* _What is expected_: The answer should consist solely of the lines from the first one below through the line containing "#171=VERTEX_POINT('',#170);", copied exactly.

[Dataset entries]

┌──

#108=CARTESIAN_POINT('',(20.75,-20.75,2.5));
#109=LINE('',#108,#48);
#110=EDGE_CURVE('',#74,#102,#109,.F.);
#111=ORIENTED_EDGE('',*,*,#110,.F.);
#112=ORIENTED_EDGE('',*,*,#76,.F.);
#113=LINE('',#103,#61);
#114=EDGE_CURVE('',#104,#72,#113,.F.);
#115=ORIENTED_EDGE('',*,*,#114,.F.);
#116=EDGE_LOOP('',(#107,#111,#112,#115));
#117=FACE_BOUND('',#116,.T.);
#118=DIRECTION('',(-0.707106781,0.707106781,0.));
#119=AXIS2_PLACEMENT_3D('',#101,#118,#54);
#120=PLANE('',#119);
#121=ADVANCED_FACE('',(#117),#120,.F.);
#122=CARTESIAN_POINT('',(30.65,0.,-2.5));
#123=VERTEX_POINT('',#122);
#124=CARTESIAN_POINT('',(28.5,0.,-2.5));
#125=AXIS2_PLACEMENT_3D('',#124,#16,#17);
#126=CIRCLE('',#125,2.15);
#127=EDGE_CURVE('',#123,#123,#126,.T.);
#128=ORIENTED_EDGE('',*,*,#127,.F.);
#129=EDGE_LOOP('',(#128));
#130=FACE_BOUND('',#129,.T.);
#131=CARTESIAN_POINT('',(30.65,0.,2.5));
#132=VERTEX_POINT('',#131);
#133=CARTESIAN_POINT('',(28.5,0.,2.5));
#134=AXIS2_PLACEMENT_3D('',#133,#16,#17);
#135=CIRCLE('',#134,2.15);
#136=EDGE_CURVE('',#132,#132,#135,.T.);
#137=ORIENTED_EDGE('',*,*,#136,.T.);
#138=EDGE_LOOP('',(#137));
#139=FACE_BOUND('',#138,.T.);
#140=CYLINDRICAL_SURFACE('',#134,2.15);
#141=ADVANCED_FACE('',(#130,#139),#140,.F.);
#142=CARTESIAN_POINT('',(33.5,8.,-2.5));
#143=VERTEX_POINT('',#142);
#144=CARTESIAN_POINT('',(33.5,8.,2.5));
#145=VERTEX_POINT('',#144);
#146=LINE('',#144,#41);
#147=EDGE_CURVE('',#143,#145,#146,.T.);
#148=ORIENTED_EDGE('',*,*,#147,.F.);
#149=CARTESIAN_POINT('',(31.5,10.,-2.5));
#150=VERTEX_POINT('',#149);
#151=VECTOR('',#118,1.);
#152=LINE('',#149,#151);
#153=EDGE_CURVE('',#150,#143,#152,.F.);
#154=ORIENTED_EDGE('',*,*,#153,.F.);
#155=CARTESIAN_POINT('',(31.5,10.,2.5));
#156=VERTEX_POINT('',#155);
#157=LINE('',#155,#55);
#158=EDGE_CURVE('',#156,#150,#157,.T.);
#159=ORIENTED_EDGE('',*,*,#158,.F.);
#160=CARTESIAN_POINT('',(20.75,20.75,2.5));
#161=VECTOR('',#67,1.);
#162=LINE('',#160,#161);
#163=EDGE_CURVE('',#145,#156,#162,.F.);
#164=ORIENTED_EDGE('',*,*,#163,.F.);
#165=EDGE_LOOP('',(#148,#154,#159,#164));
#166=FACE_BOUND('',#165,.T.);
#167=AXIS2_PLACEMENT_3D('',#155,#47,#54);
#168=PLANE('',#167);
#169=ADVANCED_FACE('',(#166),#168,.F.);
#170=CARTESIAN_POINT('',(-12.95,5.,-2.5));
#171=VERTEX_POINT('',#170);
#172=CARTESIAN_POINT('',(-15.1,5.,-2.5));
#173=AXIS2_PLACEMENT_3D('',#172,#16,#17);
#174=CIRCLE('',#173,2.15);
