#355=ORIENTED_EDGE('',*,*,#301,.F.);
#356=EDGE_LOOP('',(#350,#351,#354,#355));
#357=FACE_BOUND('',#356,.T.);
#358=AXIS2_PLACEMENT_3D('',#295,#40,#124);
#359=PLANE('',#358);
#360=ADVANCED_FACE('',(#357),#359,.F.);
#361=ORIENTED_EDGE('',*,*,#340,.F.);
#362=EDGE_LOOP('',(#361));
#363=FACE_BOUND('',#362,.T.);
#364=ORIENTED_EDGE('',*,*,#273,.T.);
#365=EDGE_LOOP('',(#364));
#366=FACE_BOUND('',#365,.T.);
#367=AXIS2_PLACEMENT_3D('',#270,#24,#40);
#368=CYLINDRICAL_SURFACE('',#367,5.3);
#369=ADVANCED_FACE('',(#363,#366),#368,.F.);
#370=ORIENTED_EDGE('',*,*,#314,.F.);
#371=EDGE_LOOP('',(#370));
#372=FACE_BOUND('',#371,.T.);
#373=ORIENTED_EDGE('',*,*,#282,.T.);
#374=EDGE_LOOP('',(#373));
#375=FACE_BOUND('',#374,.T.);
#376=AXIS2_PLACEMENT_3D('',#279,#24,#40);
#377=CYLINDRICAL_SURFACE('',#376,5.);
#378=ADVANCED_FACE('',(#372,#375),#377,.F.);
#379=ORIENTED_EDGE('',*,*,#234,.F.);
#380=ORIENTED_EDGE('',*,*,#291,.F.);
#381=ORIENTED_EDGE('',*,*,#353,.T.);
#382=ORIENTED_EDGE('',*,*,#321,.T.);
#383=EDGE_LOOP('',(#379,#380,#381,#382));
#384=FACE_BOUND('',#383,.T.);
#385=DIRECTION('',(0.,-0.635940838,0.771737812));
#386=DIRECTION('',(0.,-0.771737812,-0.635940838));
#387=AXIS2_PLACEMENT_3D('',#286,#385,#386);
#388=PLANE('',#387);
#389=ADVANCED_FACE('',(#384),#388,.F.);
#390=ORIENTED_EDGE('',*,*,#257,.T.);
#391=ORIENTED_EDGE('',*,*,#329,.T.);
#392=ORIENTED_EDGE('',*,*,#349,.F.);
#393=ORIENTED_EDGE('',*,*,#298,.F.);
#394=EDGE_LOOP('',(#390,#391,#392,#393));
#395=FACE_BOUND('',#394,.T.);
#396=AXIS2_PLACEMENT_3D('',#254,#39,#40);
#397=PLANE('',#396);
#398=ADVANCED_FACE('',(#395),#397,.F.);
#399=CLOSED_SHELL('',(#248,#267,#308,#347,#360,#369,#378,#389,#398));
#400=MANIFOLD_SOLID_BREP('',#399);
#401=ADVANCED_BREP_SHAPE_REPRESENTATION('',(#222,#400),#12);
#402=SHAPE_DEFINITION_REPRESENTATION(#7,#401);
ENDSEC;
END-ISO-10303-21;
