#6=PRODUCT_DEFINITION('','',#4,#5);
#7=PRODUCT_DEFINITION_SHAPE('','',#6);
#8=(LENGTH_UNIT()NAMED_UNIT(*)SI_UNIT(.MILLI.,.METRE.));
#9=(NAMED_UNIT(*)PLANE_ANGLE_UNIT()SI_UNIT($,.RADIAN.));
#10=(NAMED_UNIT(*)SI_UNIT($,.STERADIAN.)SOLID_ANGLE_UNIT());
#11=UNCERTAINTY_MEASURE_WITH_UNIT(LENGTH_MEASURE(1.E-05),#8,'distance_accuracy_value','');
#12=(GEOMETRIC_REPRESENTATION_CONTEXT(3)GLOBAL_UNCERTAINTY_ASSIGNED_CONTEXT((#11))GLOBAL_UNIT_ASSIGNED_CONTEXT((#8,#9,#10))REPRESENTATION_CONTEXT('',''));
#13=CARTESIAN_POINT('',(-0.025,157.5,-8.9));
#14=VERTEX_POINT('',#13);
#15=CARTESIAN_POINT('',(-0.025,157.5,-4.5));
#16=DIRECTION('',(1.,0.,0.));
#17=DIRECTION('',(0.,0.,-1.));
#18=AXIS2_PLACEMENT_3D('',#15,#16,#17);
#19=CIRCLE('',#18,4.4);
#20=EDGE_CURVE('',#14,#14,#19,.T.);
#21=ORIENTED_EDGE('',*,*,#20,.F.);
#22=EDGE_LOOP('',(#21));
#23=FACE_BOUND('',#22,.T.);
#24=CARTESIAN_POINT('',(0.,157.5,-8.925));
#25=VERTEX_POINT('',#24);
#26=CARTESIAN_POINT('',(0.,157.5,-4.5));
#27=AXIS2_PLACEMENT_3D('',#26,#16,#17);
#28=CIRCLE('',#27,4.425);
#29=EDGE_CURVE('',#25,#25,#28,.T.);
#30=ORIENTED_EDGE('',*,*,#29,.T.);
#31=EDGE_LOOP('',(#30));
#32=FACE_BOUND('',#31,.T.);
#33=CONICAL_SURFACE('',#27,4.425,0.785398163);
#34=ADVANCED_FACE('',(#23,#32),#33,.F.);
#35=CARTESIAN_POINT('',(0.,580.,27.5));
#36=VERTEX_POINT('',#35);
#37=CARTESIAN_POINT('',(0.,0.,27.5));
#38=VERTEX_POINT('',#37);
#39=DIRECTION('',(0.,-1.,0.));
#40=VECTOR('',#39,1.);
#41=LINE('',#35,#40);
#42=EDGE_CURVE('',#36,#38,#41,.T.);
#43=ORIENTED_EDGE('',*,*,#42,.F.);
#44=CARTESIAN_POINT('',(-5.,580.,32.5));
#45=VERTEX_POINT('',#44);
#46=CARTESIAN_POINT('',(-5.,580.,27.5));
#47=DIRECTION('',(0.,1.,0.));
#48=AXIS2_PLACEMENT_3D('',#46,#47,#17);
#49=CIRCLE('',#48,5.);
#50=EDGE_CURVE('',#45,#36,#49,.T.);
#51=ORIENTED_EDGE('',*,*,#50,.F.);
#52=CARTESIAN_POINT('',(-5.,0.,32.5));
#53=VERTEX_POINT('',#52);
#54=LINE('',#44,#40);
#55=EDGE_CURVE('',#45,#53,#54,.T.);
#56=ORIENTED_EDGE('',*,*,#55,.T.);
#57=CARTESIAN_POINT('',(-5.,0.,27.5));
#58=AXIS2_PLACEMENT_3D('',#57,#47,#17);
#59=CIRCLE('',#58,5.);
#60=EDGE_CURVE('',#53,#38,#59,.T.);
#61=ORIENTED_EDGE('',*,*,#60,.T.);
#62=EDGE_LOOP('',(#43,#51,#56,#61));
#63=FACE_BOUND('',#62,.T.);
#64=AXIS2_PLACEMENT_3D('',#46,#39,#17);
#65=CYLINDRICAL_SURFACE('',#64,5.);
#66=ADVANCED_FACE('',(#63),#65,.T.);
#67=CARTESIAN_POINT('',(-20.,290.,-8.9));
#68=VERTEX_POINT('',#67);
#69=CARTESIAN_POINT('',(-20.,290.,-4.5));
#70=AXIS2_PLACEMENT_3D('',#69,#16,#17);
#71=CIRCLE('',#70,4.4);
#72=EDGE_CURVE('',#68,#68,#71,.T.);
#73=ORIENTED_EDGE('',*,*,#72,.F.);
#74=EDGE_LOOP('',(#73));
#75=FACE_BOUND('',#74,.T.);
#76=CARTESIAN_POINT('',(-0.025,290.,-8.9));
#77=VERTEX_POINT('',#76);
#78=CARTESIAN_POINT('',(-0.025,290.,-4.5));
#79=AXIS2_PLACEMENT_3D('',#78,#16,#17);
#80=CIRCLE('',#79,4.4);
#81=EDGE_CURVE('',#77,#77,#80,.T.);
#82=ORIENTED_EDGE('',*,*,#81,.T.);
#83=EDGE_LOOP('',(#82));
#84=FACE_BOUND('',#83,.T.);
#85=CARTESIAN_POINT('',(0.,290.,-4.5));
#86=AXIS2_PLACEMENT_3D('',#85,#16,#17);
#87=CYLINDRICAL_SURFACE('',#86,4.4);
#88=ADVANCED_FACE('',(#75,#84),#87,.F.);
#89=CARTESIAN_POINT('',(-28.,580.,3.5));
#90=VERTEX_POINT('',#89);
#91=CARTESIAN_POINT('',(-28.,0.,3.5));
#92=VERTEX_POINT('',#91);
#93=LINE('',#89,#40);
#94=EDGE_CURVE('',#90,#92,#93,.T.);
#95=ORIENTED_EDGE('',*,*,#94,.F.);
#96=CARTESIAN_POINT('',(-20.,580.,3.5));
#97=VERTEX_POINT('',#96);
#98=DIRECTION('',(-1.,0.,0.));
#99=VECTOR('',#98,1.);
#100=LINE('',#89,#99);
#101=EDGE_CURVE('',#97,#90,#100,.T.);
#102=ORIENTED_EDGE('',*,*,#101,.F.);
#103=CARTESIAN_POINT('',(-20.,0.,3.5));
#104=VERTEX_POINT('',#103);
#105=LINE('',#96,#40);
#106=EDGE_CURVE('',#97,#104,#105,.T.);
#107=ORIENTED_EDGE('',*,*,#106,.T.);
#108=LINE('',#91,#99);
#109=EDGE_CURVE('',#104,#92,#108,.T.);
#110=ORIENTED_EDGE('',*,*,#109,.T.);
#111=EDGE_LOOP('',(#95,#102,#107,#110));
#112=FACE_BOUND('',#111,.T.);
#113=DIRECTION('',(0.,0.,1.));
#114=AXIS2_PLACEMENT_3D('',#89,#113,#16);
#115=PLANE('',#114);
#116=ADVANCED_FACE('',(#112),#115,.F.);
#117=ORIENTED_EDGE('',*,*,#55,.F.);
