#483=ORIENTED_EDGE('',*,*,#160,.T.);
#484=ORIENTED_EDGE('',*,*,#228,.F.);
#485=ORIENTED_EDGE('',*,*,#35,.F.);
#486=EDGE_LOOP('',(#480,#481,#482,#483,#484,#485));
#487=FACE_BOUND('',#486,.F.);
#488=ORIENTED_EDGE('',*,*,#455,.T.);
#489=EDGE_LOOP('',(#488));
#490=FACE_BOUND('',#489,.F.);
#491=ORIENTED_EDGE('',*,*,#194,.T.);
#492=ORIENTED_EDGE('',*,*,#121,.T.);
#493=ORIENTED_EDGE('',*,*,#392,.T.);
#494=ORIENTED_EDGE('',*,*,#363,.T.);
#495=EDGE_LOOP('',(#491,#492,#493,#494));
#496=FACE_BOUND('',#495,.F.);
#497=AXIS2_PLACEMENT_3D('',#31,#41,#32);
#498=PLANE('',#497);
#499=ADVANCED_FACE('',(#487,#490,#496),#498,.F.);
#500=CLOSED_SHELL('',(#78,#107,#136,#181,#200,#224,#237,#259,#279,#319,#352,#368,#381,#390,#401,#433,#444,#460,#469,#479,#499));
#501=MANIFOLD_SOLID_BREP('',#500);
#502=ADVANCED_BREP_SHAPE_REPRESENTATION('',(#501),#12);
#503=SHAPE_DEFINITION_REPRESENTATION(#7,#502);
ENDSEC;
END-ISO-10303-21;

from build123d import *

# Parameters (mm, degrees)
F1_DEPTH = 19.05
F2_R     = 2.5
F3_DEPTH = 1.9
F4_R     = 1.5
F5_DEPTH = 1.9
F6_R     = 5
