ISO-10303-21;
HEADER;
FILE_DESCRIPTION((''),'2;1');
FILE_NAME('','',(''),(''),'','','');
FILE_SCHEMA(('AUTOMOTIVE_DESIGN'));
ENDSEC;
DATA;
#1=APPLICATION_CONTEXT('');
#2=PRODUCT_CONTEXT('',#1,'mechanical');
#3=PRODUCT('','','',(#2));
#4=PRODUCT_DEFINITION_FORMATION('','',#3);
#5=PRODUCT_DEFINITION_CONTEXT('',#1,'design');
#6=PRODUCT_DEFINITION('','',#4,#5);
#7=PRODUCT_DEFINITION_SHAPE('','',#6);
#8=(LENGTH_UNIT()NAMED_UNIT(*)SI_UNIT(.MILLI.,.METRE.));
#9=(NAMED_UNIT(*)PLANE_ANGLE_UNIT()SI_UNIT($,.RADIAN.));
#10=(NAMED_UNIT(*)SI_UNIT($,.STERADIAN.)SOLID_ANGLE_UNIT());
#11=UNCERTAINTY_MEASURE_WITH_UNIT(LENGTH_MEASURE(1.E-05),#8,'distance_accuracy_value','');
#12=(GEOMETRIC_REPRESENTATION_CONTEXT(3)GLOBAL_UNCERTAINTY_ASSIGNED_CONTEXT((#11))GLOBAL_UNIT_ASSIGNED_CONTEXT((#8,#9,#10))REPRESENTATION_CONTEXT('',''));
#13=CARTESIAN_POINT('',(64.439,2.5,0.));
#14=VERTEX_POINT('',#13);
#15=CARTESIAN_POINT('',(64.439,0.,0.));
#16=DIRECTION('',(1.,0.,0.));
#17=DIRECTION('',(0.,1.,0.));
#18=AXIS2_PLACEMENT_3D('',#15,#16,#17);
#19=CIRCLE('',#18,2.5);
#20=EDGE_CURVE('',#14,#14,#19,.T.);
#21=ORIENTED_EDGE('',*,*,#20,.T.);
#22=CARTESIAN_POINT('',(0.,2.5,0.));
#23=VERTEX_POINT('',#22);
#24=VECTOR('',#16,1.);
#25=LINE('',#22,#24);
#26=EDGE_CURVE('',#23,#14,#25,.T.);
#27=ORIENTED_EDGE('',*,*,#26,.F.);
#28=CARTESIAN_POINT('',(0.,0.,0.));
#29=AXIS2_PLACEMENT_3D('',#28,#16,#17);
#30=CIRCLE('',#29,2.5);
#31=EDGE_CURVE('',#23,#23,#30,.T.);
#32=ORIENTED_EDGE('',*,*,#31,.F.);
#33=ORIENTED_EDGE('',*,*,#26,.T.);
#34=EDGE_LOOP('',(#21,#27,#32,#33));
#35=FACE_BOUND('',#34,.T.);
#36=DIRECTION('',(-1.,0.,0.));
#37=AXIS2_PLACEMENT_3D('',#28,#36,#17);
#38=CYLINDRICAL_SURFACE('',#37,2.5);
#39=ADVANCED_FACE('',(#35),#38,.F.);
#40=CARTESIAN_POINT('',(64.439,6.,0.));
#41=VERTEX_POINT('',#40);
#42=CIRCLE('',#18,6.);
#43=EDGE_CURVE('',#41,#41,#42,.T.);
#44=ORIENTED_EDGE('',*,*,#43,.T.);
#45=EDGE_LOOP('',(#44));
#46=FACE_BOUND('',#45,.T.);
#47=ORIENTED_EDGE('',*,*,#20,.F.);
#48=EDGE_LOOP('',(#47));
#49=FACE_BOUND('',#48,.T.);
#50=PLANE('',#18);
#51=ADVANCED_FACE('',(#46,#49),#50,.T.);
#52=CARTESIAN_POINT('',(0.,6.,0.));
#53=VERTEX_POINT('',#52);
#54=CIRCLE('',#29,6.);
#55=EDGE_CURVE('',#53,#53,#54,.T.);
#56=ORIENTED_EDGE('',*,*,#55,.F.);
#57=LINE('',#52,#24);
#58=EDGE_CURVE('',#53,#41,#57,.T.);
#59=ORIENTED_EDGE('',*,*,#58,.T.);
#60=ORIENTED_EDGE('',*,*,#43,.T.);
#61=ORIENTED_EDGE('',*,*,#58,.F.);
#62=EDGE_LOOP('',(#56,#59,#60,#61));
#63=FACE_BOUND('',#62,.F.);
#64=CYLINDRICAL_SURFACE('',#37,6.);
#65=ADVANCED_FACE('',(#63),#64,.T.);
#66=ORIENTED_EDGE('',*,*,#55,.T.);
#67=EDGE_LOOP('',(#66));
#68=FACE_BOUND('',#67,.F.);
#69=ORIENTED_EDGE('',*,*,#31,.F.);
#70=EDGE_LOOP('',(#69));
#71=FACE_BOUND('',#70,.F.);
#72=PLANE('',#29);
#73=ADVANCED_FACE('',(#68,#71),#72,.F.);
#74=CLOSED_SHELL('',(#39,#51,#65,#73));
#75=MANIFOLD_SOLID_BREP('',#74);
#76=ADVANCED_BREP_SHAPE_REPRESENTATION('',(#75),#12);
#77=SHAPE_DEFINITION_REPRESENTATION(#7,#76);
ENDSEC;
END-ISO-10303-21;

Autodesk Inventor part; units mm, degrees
ref_plane "YZ Plane" through (0, 0, 0) normal (1, 0, 0) x (0, 1, 0)
ref_plane "XZ Plane" through (0, 0, 0) normal (0, 1, 0) x (-1, 0, 0)
ref_plane "XY Plane" through (0, 0, 0) normal (0, 0, 1) x (1, 0, 0)
sketch "Sketch1" plane through (0, 0, 0) normal (1, 0, 0) x (0, 1, 0)
  circle A0 centre (0, 0) radius 2.5
  circle A1 centre (0, 0) radius 6
  dimension "d1" = 12
  dimension "d2" = 5
extrude "Extrusion1" add sketch "Sketch1" along normal blind 64.439
properties part number "363-51"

└──

* _Answer area_:
#108=CARTESIAN_POINT('',(20.75,-20.75,2.5));
#109=LINE('',#108,#48);
#110=EDGE_CURVE('',#74,#102,#109,.F.);
#111=ORIENTED_EDGE('',*,*,#110,.F.);
#112=ORIENTED_EDGE('',*,*,#76,.F.);
#113=LINE('',#103,#61);
#114=EDGE_CURVE('',#104,#72,#113,.F.);
#115=ORIENTED_EDGE('',*,*,#114,.F.);
#116=EDGE_LOOP('',(#107,#111,#112,#115));
#117=FACE_BOUND('',#116,.T.);
#118=DIRECTION('',(-0.707106781,0.707106781,0.));
#119=AXIS2_PLACEMENT_3D('',#101,#118,#54);
#120=PLANE('',#119);
#121=ADVANCED_FACE('',(#117),#120,.F.);
#122=CARTESIAN_POINT('',(30.65,0.,-2.5));
#123=VERTEX_POINT('',#122);
#124=CARTESIAN_POINT('',(28.5,0.,-2.5));
#125=AXIS2_PLACEMENT_3D('',#124,#16,#17);
#126=CIRCLE('',#125,2.15);
#127=EDGE_CURVE('',#123,#123,#126,.T.);
#128=ORIENTED_EDGE('',*,*,#127,.F.);
#129=EDGE_LOOP('',(#128));
#130=FACE_BOUND('',#129,.T.);
#131=CARTESIAN_POINT('',(30.65,0.,2.5));
#132=VERTEX_POINT('',#131);
#133=CARTESIAN_POINT('',(28.5,0.,2.5));
#134=AXIS2_PLACEMENT_3D('',#133,#16,#17);
#135=CIRCLE('',#134,2.15);
#136=EDGE_CURVE('',#132,#132,#135,.T.);
#137=ORIENTED_EDGE('',*,*,#136,.T.);
#138=EDGE_LOOP('',(#137));
#139=FACE_BOUND('',#138,.T.);
#140=CYLINDRICAL_SURFACE('',#134,2.15);
#141=ADVANCED_FACE('',(#130,#139),#140,.F.);
#142=CARTESIAN_POINT('',(33.5,8.,-2.5));
#143=VERTEX_POINT('',#142);
#144=CARTESIAN_POINT('',(33.5,8.,2.5));
#145=VERTEX_POINT('',#144);
#146=LINE('',#144,#41);
#147=EDGE_CURVE('',#143,#145,#146,.T.);
#148=ORIENTED_EDGE('',*,*,#147,.F.);
#149=CARTESIAN_POINT('',(31.5,10.,-2.5));
#150=VERTEX_POINT('',#149);
#151=VECTOR('',#118,1.);
#152=LINE('',#149,#151);
#153=EDGE_CURVE('',#150,#143,#152,.F.);
#154=ORIENTED_EDGE('',*,*,#153,.F.);
#155=CARTESIAN_POINT('',(31.5,10.,2.5));
#156=VERTEX_POINT('',#155);
#157=LINE('',#155,#55);
#158=EDGE_CURVE('',#156,#150,#157,.T.);
#159=ORIENTED_EDGE('',*,*,#158,.F.);
#160=CARTESIAN_POINT('',(20.75,20.75,2.5));
#161=VECTOR('',#67,1.);
#162=LINE('',#160,#161);
#163=EDGE_CURVE('',#145,#156,#162,.F.);
#164=ORIENTED_EDGE('',*,*,#163,.F.);
#165=EDGE_LOOP('',(#148,#154,#159,#164));
#166=FACE_BOUND('',#165,.T.);
#167=AXIS2_PLACEMENT_3D('',#155,#47,#54);
#168=PLANE('',#167);
#169=ADVANCED_FACE('',(#166),#168,.F.);
#170=CARTESIAN_POINT('',(-12.95,5.,-2.5));
#171=VERTEX_POINT('',#170);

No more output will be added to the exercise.